She wasn't. Finally she had roused herself. She made her way to the shower, and washed herself, hair included. On the floor she noticed the bathroom scales; she quickly looked away. Not now, she decided; not here. She had gone to the Emerald Mall with Adele last night and eaten at Burger King; she had eaten, she was ashamed to recall, a double whopper with double fries, and a vanilla milkshake. It was all still in her body somewhere. Back in her room, wrapped in a towel, she began the long process of combing, drying, and rubbing down. 

A knock came at the door and a head poked round, Francine's. "I heard noises. You're up now? Just wanted to say hi!" 

"It's OK, come in, I'm just getting dressed." 

After kisses and a hug, Shannon returned to her towelling. Francine's eyes roamed around the room. "This room is always just the same, like when you were a kid! It's like a shrine! Does mom keep it this way, or do you?" 

"Both I guess," she said. The towel slipped off her shoulders. Suddenly she was naked. Francine's eyes honed in on their goal. 

"Wow, you have put on weight! They said downstairs you'd filled out a bit." She was used to seeing Shannon's hip bones and hollows, and the outline of the rib cage, just as she was used to seeing her own. Now everything looked smoothed out, covered up, softened. 

Shannon didn't wince this time. "Was that the first thing they told you?" 

"No, no. It was just in passing. They said you were here, and you looked really great, blooming was the word, and -- " Francine kept staring as Shannon, back to toweling her body, moved her torso from side to side, prompting little creases and bulges to briefly appear, then vanish into the golden flesh. 

"Well, I have added a few pounds. It happens," she said, trying out being nonchalant. 

Francine noticed how the towel's movements shifted her flesh about as she dried her midriff. She was fascinated. "That's a proper little tummy you've got!" 

Shannon stood in contemplation, hands cupping the sides of the oval swell that rose up from her crotch and tapered away towards her breasts. "I know," she said, sounding guilty. She thought of her meal at Burger King; she already felt a little heavier. 

"Your figure can take it. Adele's just turning into a blob. You've got shape!" 

"I'm not sure if my job can take it." She sat on the edge of her bed and leaned forward to dry her toes. Her midriff roll arrived on cue. "Models aren't supposed to have a spare tyre. And it's causing havoc with my wardrobe, Francine. I've gone up an inch round the waist, but my clothes haven't." It was getting easier to talk about it. 

"I wonder why it's happening. Less exercise? That's what keeps me slim." 

"Less exercise. And more food. I've just -- I've just been eating more." It was the first time she'd been honest about it. She switched on the hairdryer for the final push. 

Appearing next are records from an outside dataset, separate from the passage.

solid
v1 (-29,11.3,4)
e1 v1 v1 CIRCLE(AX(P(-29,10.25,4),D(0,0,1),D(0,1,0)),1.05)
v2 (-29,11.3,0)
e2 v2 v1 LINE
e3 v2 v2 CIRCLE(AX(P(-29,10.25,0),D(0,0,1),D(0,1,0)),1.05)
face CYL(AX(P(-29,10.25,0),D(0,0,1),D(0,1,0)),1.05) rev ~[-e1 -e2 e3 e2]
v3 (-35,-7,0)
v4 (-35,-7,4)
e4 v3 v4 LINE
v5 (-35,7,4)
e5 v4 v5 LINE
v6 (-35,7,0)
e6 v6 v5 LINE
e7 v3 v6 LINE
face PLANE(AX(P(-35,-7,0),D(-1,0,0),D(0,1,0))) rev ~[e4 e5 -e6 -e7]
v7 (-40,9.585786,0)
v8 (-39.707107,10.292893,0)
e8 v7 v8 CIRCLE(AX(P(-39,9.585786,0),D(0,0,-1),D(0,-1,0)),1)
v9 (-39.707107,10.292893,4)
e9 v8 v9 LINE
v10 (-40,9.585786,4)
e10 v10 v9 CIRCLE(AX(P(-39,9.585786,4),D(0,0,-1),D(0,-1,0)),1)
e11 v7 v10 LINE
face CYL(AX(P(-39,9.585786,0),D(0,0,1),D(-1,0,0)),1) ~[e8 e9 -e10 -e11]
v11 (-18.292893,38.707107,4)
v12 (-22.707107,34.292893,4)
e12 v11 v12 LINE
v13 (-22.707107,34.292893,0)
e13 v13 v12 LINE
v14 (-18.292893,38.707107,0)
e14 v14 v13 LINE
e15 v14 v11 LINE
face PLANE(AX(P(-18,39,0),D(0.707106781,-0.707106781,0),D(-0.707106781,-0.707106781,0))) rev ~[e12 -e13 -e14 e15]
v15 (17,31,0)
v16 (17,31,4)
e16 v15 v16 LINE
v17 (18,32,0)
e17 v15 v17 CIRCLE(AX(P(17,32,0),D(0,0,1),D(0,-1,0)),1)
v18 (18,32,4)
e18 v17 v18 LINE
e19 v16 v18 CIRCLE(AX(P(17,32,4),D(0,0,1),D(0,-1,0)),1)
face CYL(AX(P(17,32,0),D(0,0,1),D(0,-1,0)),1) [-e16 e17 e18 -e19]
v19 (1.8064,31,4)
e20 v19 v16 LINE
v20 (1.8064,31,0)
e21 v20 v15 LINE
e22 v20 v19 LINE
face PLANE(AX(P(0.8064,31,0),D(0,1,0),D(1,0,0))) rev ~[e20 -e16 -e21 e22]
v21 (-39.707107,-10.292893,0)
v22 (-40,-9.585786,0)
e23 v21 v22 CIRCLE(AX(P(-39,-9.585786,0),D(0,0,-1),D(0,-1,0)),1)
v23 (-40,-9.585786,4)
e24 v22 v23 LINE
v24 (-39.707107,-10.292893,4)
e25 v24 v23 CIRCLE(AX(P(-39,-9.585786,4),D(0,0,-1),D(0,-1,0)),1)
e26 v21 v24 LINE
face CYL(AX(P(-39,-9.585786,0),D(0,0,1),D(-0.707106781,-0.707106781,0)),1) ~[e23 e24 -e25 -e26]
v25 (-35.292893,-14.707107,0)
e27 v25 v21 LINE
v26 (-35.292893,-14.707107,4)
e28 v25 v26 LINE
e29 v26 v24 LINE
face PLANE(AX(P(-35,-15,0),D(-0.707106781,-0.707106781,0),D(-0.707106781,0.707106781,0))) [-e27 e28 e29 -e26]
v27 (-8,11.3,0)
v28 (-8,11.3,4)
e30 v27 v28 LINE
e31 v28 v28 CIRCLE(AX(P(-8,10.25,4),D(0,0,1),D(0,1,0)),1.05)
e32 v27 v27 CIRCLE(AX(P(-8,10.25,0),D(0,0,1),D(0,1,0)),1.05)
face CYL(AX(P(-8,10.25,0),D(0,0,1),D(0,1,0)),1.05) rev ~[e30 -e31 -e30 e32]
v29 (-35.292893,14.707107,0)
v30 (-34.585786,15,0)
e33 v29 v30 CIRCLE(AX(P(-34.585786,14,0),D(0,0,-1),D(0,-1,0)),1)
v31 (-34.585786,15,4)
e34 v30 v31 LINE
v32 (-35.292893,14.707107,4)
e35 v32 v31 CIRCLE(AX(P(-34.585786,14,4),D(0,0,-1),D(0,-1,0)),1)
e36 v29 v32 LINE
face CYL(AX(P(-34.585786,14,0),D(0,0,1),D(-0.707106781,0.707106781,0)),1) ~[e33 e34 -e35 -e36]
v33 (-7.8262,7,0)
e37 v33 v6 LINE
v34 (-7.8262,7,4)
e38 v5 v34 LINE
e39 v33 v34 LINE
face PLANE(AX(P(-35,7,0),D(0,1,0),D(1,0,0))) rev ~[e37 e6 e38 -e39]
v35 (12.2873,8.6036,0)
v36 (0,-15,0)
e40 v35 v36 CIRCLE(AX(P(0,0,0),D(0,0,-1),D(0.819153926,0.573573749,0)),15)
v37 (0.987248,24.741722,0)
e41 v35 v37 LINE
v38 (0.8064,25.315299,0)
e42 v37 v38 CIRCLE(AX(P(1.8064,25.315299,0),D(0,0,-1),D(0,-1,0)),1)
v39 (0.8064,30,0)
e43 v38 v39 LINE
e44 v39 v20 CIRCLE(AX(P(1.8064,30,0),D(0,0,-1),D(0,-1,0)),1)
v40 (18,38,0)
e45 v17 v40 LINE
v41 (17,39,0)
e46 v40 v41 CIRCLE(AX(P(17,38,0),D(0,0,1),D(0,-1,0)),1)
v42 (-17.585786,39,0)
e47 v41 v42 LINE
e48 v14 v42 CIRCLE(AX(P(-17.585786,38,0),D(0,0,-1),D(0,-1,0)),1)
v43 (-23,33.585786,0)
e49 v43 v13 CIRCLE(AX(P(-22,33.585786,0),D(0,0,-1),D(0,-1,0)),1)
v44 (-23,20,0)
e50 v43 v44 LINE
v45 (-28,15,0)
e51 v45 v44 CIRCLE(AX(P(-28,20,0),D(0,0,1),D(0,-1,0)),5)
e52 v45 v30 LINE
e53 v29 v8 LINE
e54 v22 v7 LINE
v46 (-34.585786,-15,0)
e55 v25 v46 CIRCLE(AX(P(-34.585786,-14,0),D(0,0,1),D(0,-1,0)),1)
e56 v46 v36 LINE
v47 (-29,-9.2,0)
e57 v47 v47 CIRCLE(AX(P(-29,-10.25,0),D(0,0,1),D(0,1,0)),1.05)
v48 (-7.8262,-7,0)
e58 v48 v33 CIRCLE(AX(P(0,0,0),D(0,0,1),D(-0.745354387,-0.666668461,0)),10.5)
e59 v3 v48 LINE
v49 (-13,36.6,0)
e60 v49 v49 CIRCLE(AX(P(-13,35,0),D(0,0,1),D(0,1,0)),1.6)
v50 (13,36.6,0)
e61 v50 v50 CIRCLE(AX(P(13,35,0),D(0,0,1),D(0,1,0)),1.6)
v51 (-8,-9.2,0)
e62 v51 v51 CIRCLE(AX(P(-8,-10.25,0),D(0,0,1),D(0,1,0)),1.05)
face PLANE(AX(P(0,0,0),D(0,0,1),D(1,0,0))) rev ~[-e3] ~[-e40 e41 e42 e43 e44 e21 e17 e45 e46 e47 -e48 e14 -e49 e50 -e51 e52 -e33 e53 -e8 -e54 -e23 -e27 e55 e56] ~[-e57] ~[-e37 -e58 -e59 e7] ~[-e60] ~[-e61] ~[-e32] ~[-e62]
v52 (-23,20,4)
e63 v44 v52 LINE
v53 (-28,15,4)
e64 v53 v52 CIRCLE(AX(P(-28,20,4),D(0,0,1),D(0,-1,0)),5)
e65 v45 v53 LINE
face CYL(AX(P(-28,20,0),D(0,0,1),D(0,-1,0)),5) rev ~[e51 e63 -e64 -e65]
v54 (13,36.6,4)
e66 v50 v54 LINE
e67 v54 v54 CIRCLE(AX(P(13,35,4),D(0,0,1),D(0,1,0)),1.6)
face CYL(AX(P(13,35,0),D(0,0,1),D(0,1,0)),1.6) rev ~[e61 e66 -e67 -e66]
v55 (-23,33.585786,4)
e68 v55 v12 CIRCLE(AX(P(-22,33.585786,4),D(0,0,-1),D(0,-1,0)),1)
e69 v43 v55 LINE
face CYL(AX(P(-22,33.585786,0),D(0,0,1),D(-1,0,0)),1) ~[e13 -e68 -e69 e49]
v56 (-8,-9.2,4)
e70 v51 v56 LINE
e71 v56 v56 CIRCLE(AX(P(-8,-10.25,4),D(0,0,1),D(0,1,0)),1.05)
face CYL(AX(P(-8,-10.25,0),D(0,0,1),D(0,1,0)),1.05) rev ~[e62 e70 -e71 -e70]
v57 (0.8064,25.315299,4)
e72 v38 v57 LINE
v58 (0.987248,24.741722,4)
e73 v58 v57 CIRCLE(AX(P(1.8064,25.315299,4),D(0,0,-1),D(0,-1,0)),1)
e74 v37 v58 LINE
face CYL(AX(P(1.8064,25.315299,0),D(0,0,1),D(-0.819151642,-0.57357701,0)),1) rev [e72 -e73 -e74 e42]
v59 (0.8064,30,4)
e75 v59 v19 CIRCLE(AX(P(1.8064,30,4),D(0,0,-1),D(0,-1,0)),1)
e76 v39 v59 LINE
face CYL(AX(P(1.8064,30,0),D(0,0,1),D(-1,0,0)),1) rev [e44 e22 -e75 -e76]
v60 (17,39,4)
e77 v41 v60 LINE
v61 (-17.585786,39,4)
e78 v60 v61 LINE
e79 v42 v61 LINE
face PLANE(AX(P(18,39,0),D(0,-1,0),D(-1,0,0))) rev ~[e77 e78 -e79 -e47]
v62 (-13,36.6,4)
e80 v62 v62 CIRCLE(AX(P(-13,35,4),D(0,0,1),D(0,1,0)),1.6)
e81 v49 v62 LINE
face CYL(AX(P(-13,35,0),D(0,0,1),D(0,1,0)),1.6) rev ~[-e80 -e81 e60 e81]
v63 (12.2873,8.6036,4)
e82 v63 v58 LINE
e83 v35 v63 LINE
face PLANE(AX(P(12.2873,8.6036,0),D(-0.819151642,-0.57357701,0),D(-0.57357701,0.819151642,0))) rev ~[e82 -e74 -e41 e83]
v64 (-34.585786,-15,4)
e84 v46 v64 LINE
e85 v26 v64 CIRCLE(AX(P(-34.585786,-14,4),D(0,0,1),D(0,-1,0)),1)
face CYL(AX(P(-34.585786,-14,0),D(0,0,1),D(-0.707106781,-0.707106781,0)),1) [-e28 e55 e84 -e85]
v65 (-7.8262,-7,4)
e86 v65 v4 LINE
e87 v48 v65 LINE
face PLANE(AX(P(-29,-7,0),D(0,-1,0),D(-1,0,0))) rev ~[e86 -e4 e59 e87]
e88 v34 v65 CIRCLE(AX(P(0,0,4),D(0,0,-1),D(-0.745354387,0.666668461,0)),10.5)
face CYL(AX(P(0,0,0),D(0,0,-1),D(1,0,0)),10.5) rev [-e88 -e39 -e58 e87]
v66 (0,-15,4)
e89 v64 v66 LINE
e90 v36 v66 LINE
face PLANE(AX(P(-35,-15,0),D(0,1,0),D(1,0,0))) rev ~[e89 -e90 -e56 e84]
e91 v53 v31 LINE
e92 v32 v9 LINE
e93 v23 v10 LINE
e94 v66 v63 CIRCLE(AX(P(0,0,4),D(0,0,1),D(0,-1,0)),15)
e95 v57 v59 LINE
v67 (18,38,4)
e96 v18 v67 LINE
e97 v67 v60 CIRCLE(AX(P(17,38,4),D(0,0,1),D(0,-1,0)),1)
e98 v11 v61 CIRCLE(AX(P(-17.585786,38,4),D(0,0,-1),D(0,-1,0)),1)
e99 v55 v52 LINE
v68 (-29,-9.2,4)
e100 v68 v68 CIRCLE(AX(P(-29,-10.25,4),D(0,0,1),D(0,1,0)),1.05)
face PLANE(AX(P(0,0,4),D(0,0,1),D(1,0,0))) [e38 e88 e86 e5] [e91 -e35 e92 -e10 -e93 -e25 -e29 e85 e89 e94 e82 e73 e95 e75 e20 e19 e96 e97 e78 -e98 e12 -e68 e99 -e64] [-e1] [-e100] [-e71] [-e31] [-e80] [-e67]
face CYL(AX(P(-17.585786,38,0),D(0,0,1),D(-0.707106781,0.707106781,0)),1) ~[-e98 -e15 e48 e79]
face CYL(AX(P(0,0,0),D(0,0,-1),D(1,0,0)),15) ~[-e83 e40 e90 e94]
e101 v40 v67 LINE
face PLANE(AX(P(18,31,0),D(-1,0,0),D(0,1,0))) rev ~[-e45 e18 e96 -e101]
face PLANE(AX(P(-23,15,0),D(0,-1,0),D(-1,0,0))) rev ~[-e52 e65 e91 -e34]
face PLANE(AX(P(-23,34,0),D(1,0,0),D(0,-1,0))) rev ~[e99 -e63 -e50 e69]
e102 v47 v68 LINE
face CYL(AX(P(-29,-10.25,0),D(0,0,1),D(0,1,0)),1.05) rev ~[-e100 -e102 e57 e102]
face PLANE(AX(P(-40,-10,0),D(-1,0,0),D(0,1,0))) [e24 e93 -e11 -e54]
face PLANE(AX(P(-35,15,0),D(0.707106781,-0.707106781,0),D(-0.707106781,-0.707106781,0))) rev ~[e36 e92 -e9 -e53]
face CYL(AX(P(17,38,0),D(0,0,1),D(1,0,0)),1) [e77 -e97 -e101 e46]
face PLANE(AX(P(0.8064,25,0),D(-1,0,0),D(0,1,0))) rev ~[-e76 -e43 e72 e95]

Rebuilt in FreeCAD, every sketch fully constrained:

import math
import FreeCAD as App
import Part
import Sketcher

V = App.Vector
Q = App.Units.Quantity


def edges_at(feature, points):
    """Names of the edges that pass closest to the given points."""
    edges = feature.Shape.Edges
    near = lambda p: min(range(len(edges)), key=lambda i: edges[i].distToShape(Part.Vertex(*p))[0])
    return sorted({f"Edge{near(p) + 1}" for p in points})

doc = App.newDocument("Part")
body = doc.addObject("PartDesign::Body", "Body")

# Sketch on XY plane
sketch1 = body.newObject("Sketcher::SketchObject", "Sketch")
sketch1.AttachmentSupport = (doc.getObject("XY_Plane"), [""])
sketch1.MapMode = "FlatFace"
sketch1.addGeometry([
    Part.LineSegment(V(-40, -10, 0), V(-35, -15, 0)),  # 0
    Part.LineSegment(V(-35, -15, 0), V(0, -15, 0)),  # 1
    Part.ArcOfCircle(Part.Circle(V(0, 0, 0), V(0, 0, 1), 15), math.radians(-90), math.radians(34.999812)),  # 2
    Part.LineSegment(V(12.2873, 8.6036, 0), V(0.8064, 25, 0)),  # 3
    Part.LineSegment(V(0.8064, 25, 0), V(0.8064, 31, 0)),  # 4
    Part.LineSegment(V(0.8064, 31, 0), V(18, 31, 0)),  # 5
    Part.LineSegment(V(18, 31, 0), V(18, 39, 0)),  # 6
    Part.LineSegment(V(18, 39, 0), V(-18, 39, 0)),  # 7
    Part.LineSegment(V(-18, 39, 0), V(-23, 34, 0)),  # 8
    Part.LineSegment(V(-23, 34, 0), V(-23, 15, 0)),  # 9
    Part.LineSegment(V(-23, 15, 0), V(-35, 15, 0)),  # 10
    Part.LineSegment(V(-35, 15, 0), V(-40, 10, 0)),  # 11
    Part.LineSegment(V(-40, 10, 0), V(-40, -10, 0)),  # 12
    Part.LineSegment(V(-35, 7, 0), V(-7.8262, 7, 0)),  # 13
    Part.ArcOfCircle(Part.Circle(V(0, 0, 0), V(0, 0, 1), 10.5), math.radians(-138.189547), math.radians(138.189547)),  # 14
    Part.LineSegment(V(-7.8262, -7, 0), V(-35, -7, 0)),  # 15
    Part.LineSegment(V(-35, -7, 0), V(-35, 7, 0)),  # 16
], False)
sketch1.addConstraint([
    Sketcher.Constraint("Coincident", 0, 2, 1, 1),
    Sketcher.Constraint("Tangent", 1, 2, 2, 1),
    Sketcher.Constraint("Tangent", 2, 2, 3, 1),
    Sketcher.Constraint("Coincident", 3, 2, 4, 1),
    Sketcher.Constraint("Coincident", 4, 2, 5, 1),
    Sketcher.Constraint("Coincident", 5, 2, 6, 1),
    Sketcher.Constraint("Coincident", 6, 2, 7, 1),
    Sketcher.Constraint("Coincident", 7, 2, 8, 1),
    Sketcher.Constraint("Coincident", 8, 2, 9, 1),
    Sketcher.Constraint("Coincident", 9, 2, 10, 1),
    Sketcher.Constraint("Coincident", 10, 2, 11, 1),
    Sketcher.Constraint("Coincident", 11, 2, 12, 1),
    Sketcher.Constraint("Coincident", 12, 2, 0, 1),
    Sketcher.Constraint("Coincident", 13, 2, 14, 2),
    Sketcher.Constraint("Coincident", 14, 1, 15, 1),
    Sketcher.Constraint("Coincident", 15, 2, 16, 1),
    Sketcher.Constraint("Coincident", 16, 2, 13, 1),
    Sketcher.Constraint("Horizontal", 1),
    Sketcher.Constraint("Vertical", 4),
    Sketcher.Constraint("Horizontal", 5),
    Sketcher.Constraint("Vertical", 6),
    Sketcher.Constraint("Horizontal", 7),
    Sketcher.Constraint("Vertical", 9),
    Sketcher.Constraint("Horizontal", 10),
    Sketcher.Constraint("Vertical", 12),
    Sketcher.Constraint("Horizontal", 13),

"I wouldn't worry about your job," Francine continued. "Aren't there plus-size models too? What's that clothing catalogue called? Zane Bryan?" 

Shannon turned off the dryer. She looked rattled. "Lane Bryant, Francine, it's Lane Bryant. I'm not going to be a plus-size! I'd have to gain thirty more pounds to model for them. At least." 

In her mind's eye Francine was trying to imagine her sister thirty pounds heavier. So was Shannon. Their eyes met. 

"Let's -- let's talk about something else, shall we?" Shannon said. They moved onto other topics. Where had Francine's old teddy-bear gone? Burned in the incinerator long ago. Had she read Herzog? No. Was she going to? No. Wasn't the Emerald Mall awful? Awful, but useful. 

By now Shannon was dressed, shirt stretched around the breasts, her tummy and bottom clearly outlined inside her slacks. This morning she felt especially uncomfortable inside her clothes; Burger King had done that, she guessed. 

"There, I'm in. Ready for the day!" she said, giving her hips a nervous little pat. It was then that Francine noticed her bottom. Shannon had never had one before, not so you'd notice anyway. But there it was, very cutely rounded, swelling out further as it joined her thighs, giving a new swagger to her walk. 

"Wow," Francine thought to herself as she watched from behind as Shannon closed her wardrobe doors. "It's amazing the difference a few pounds make!" 


----------------------------------------------------------------------

"If you want to be helpful, help lay the table. Don't stand there in the kitchen doorway!" Ingrid was checking the oven's progress, wooden spoon in one hand, glass of wine in another. Ingrid's brother Larry, another new arrival, had joined her. He was one of the few people left in Madison who still wore suede shoes. 

"OK, mom!" They giggled a bit, naughty children again, and started gathering the plates and cutlery, the wine glasses, the water tumblers. "It's just," Adele added as she moved out the door carrying her pile, "the smell of the food. It's making me so hungry!" 

"Children!" Ingrid said, eyebrows raised in mock despair. "What can you do with them?" 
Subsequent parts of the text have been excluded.